Questions sur la Commission des sondages (II)

Mercredi 20 mai 2009 (16h environ)

Je me rends ce mercredi pour la deuxième fois en l’espace de quelques semaines, à la commission des sondages située place du Palais Royal à Paris, au sein même du bâtiment du Conseil d’Etat. Motif de ma visite du jour, le même que la première fois, à savoir la consultation d’une notice détaillée d’un sondage paru récemment dans la presse à la différence près cette fois que la notice concerne un sondage pré-électoral, portant sur les intentions de vote des futures élections européennes du 7 juin 2009, sondage que la loi de 1977 soumet au contrôle de la dite commission [1].

Après avoir passé le portique de sécurité, le scanner destiné à examiner le contenu des sacs et autres porte-documents des visiteurs est manifestement inactif, je fais part, comme lors de ma première venue, du motif de ma visite à l’appariteur présent ce jour là à l’entrée du Conseil. « La commission des sondages ? » me dit-il « …heu…Ah ! C’est un peu compliqué », sur ce il décroche le téléphone qui se trouve devant lui et prévient de ma présence, son interlocuteur de la commission des sondages, située j’imagine dans les étages du bâtiment, précisant à celui-ci mon identité (je lui avais au préalable remis mon passeport).

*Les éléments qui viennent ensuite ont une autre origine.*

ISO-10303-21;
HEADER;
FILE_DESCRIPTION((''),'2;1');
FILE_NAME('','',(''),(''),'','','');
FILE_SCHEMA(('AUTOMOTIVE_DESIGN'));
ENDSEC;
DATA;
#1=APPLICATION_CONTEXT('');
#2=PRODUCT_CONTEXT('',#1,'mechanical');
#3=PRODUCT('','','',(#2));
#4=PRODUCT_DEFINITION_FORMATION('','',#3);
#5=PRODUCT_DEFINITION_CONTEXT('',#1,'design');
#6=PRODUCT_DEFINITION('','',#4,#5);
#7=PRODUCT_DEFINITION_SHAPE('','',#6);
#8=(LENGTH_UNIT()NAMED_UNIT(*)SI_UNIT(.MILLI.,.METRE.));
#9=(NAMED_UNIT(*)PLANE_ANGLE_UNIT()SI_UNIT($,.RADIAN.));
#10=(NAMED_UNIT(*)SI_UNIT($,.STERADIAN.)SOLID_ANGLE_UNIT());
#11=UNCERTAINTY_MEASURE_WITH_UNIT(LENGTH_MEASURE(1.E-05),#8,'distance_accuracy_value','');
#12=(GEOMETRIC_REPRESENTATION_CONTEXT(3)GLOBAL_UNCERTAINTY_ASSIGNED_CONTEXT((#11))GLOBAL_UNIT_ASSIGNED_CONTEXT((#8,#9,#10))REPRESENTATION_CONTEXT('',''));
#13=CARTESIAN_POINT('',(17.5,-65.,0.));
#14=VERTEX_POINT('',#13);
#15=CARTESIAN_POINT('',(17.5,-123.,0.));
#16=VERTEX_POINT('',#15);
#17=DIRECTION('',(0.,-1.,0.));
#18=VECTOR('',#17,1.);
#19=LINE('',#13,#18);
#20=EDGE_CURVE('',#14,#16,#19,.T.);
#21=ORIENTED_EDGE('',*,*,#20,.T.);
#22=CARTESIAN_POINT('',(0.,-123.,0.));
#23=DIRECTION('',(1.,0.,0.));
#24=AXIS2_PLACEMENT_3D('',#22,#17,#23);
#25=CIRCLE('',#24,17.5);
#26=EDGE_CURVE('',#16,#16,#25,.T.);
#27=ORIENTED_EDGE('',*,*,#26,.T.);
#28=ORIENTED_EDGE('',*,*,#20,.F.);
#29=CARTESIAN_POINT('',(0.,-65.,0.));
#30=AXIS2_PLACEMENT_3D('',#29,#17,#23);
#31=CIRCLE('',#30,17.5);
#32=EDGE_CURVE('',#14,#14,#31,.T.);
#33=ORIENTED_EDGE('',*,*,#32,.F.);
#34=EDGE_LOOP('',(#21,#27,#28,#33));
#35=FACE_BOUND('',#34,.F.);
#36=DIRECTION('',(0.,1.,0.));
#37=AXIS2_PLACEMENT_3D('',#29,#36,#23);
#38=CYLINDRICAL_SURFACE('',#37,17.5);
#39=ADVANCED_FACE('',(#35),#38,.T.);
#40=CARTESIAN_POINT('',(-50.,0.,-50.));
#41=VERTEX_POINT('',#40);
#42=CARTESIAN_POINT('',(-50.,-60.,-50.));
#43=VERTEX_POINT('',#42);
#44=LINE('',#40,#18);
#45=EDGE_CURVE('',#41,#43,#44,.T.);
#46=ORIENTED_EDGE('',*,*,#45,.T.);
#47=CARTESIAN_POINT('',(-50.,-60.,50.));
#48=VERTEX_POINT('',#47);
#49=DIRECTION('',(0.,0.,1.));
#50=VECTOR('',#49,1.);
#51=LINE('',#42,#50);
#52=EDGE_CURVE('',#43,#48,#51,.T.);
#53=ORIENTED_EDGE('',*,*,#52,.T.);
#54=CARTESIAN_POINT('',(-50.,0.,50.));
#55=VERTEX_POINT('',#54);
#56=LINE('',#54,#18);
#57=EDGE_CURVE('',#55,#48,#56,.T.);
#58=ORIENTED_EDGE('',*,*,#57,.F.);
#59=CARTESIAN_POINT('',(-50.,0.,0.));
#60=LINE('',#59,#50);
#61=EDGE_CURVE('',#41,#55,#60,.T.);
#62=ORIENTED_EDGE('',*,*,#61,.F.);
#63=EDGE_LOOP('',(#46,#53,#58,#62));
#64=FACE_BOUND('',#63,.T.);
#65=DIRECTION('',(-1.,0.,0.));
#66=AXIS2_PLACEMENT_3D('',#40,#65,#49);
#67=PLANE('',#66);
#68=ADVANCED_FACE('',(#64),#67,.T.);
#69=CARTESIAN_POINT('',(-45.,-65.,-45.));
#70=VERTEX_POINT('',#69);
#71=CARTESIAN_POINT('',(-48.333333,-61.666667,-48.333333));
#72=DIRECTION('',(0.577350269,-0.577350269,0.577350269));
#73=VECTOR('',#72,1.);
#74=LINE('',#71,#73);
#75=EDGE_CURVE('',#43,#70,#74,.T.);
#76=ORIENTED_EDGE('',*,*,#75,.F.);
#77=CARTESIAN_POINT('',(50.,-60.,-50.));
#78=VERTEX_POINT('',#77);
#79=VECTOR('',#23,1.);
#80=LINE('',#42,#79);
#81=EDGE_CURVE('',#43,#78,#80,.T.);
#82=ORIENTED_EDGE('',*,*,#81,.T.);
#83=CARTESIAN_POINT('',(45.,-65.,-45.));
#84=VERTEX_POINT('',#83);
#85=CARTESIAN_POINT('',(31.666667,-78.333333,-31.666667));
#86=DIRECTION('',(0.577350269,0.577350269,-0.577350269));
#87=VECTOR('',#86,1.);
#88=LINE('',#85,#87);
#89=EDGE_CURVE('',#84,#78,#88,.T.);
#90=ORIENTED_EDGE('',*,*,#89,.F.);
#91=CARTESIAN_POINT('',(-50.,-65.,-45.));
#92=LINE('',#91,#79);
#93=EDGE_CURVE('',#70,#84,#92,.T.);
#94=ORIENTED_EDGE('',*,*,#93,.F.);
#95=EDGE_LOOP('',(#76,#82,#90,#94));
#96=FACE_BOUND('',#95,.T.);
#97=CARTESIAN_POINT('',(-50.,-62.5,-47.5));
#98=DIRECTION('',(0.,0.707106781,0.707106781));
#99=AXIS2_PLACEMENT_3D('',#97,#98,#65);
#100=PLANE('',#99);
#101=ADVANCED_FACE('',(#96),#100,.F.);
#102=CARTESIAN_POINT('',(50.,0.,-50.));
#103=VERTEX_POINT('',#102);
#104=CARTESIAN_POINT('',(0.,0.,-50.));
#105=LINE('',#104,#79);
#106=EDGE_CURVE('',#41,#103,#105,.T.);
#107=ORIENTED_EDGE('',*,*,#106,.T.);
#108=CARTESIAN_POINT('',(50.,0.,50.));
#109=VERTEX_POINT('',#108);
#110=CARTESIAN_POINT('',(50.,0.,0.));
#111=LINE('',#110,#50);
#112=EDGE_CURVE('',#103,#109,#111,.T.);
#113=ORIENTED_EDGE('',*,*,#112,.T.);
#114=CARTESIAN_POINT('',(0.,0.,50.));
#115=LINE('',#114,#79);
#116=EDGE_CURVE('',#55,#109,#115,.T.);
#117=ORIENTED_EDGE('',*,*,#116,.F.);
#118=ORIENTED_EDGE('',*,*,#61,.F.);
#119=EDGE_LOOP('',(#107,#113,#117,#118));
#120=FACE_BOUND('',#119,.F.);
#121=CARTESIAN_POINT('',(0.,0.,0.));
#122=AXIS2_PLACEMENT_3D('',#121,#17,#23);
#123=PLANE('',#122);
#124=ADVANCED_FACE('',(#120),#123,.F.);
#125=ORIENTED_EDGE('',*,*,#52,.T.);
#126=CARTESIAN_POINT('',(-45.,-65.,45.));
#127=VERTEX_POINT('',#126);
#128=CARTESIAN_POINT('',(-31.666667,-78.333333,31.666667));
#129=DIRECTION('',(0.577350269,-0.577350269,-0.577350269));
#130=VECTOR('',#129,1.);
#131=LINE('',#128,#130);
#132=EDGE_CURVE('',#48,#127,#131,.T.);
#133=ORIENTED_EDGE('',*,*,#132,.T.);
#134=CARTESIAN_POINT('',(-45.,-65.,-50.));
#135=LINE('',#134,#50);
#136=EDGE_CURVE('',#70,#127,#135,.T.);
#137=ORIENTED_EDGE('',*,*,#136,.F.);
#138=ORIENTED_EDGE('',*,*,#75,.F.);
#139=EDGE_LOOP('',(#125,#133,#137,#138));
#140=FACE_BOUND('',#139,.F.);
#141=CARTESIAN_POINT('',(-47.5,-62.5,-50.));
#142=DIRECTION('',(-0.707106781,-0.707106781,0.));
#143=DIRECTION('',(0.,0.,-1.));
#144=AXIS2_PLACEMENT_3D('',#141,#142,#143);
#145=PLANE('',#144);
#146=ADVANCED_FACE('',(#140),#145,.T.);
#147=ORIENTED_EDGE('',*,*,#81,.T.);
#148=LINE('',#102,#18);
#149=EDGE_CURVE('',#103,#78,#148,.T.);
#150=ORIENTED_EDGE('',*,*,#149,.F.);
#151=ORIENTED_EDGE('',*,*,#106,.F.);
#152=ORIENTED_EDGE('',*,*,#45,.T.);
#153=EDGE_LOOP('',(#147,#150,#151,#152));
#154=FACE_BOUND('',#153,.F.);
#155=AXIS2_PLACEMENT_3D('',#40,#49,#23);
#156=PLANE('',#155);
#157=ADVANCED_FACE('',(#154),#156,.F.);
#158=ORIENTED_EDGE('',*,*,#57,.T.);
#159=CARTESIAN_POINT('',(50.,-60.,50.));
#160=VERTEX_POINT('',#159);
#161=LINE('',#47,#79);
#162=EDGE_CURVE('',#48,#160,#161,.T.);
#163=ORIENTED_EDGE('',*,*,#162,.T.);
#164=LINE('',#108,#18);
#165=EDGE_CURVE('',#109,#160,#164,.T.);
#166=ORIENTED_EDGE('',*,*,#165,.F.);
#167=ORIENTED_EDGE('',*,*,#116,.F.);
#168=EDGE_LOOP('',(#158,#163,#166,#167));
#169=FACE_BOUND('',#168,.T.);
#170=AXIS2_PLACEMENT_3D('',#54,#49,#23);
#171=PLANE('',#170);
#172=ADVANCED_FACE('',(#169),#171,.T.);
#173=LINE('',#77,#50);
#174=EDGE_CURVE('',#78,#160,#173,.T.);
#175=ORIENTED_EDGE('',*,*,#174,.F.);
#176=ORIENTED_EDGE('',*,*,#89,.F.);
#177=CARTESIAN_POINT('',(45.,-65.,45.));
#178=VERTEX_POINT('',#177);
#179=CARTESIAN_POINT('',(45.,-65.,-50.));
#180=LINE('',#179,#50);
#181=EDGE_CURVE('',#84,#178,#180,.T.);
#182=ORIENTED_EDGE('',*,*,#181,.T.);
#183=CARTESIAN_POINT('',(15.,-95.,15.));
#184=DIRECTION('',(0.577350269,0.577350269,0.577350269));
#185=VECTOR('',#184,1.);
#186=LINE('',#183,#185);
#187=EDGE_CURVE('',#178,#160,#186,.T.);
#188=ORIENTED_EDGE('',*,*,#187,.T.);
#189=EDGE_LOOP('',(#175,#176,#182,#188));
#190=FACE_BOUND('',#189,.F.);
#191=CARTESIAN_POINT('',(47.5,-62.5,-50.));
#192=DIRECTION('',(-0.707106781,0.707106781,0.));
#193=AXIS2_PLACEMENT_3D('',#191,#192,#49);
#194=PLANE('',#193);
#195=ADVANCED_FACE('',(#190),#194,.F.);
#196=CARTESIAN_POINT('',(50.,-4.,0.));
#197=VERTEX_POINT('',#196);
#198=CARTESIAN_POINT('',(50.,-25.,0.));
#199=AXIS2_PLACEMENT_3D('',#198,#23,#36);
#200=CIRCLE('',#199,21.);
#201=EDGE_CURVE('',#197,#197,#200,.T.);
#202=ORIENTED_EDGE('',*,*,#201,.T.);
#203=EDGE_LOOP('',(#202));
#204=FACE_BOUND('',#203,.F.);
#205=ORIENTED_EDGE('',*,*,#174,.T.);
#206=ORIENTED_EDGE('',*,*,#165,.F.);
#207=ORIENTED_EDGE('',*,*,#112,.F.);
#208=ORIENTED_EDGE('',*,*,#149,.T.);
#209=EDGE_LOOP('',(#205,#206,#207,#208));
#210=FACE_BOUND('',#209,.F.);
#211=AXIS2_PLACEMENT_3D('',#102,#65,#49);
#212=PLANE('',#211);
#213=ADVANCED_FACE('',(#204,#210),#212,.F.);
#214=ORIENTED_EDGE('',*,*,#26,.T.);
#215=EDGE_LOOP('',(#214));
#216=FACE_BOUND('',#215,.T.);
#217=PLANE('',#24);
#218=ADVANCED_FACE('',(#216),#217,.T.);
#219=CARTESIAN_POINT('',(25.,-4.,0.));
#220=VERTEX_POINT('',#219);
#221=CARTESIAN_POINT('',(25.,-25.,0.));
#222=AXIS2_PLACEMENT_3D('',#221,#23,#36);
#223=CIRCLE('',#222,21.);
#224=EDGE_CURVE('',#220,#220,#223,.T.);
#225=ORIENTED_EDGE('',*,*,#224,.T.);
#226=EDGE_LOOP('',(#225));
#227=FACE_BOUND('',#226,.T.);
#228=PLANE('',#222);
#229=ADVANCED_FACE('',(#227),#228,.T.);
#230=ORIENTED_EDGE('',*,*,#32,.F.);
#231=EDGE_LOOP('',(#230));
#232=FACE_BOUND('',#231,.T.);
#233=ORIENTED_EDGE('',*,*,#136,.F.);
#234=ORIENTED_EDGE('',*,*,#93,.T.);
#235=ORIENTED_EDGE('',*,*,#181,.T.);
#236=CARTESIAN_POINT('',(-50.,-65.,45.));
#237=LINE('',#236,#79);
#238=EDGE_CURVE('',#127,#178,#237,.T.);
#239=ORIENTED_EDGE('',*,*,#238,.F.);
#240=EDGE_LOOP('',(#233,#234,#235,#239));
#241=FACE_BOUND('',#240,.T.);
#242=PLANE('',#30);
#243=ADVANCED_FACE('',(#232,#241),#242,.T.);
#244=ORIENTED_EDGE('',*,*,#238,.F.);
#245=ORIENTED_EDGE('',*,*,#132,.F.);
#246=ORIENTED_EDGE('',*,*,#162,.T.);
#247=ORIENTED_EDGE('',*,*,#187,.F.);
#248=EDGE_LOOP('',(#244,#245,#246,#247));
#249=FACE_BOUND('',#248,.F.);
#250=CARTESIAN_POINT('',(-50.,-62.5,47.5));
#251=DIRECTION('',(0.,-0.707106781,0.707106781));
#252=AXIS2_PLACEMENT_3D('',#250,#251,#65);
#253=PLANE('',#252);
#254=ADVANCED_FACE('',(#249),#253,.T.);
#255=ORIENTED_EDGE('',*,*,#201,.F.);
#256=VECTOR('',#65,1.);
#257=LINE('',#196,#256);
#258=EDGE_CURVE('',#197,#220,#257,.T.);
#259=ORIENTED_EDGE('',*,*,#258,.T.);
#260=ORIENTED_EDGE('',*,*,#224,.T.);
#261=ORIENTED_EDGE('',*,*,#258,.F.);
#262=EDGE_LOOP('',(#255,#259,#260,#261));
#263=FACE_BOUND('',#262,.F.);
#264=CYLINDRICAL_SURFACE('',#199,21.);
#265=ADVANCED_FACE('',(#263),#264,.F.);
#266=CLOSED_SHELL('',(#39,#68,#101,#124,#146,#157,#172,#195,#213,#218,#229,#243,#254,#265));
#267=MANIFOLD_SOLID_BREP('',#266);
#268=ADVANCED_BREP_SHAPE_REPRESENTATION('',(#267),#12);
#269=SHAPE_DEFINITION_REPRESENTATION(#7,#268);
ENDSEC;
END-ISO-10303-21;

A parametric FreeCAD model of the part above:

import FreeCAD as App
import Part
import Sketcher
Q = App.Units.Quantity


def edges_at(feature, points):
    """Names of the edges that pass closest to the given points."""
    edges = feature.Shape.Edges
    near = lambda p: min(range(len(edges)), key=lambda i: edges[i].distToShape(Part.Vertex(*p))[0])
    return sorted({f"Edge{near(p) + 1}" for p in points})


def add_polygon(sketch, points):
    """Adds a closed chain of lines whose ends are joined by coincident constraints."""
    first, n = sketch.GeometryCount, len(points)
    for a, b in zip(points, points[1:] + points[:1]):
        sketch.addGeometry(Part.LineSegment(App.Vector(*a, 0), App.Vector(*b, 0)), False)
    for i in range(n):
        sketch.addConstraint(Sketcher.Constraint("Coincident", first + i, 2, first + (i + 1) % n, 1))

doc = App.newDocument("Part")
body = doc.addObject("PartDesign::Body", "Body")

sketch1 = body.newObject("Sketcher::SketchObject", "Sketch")
sketch1.AttachmentSupport = (doc.getObject("XZ_Plane"), [""])
sketch1.MapMode = "FlatFace"
add_polygon(sketch1, [(-50, 50), (-50, -50), (50, -50), (50, 50)])
sketch1.addConstraint(Sketcher.Constraint("Vertical", 0))
sketch1.addConstraint(Sketcher.Constraint("Horizontal", 1))
sketch1.addConstraint(Sketcher.Constraint("Vertical", 2))
sketch1.addConstraint(Sketcher.Constraint("Horizontal", 3))
sketch1.addConstraint(Sketcher.Constraint("Symmetric", 0, 2, 2, 2, -1, 1))
sketch1.addConstraint(Sketcher.Constraint("Equal", 3, 0))
sketch1.addConstraint(Sketcher.Constraint("DistanceX", 1, 1, 1, 2, Q("100 mm")))
pad1 = body.newObject("PartDesign::Pad", "Pad")
pad1.Profile = sketch1
pad1.Length = 65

Je m’empresse d’indiquer, comme la fois précédente, mais par pur excès de zèle cette fois et non pour prévenir tout malentendu, que je n’ai pas rendez-vous avec la commission et que mon nom est inconnu, du moins pour l’instant, des membres de cette dernière. Qu’à cela ne tienne on va venir « me chercher ».

Lors de ma première visite en effet, un peu confus, gêné en tout cas de faire déplacer quelqu’un pour si « peu », j’avais téléphoné immédiatement avec mon téléphone portable, après avoir indiqué le motif de ma visite à l’appariteur, au secrétariat de la commission afin de savoir si elle disposait de certaines notices détaillées de sondages d’opinion non pré-électoraux, comme le prétendaient des articles de presse qui en faisaient le commentaire que je venais de lire (cf. images ci-dessous).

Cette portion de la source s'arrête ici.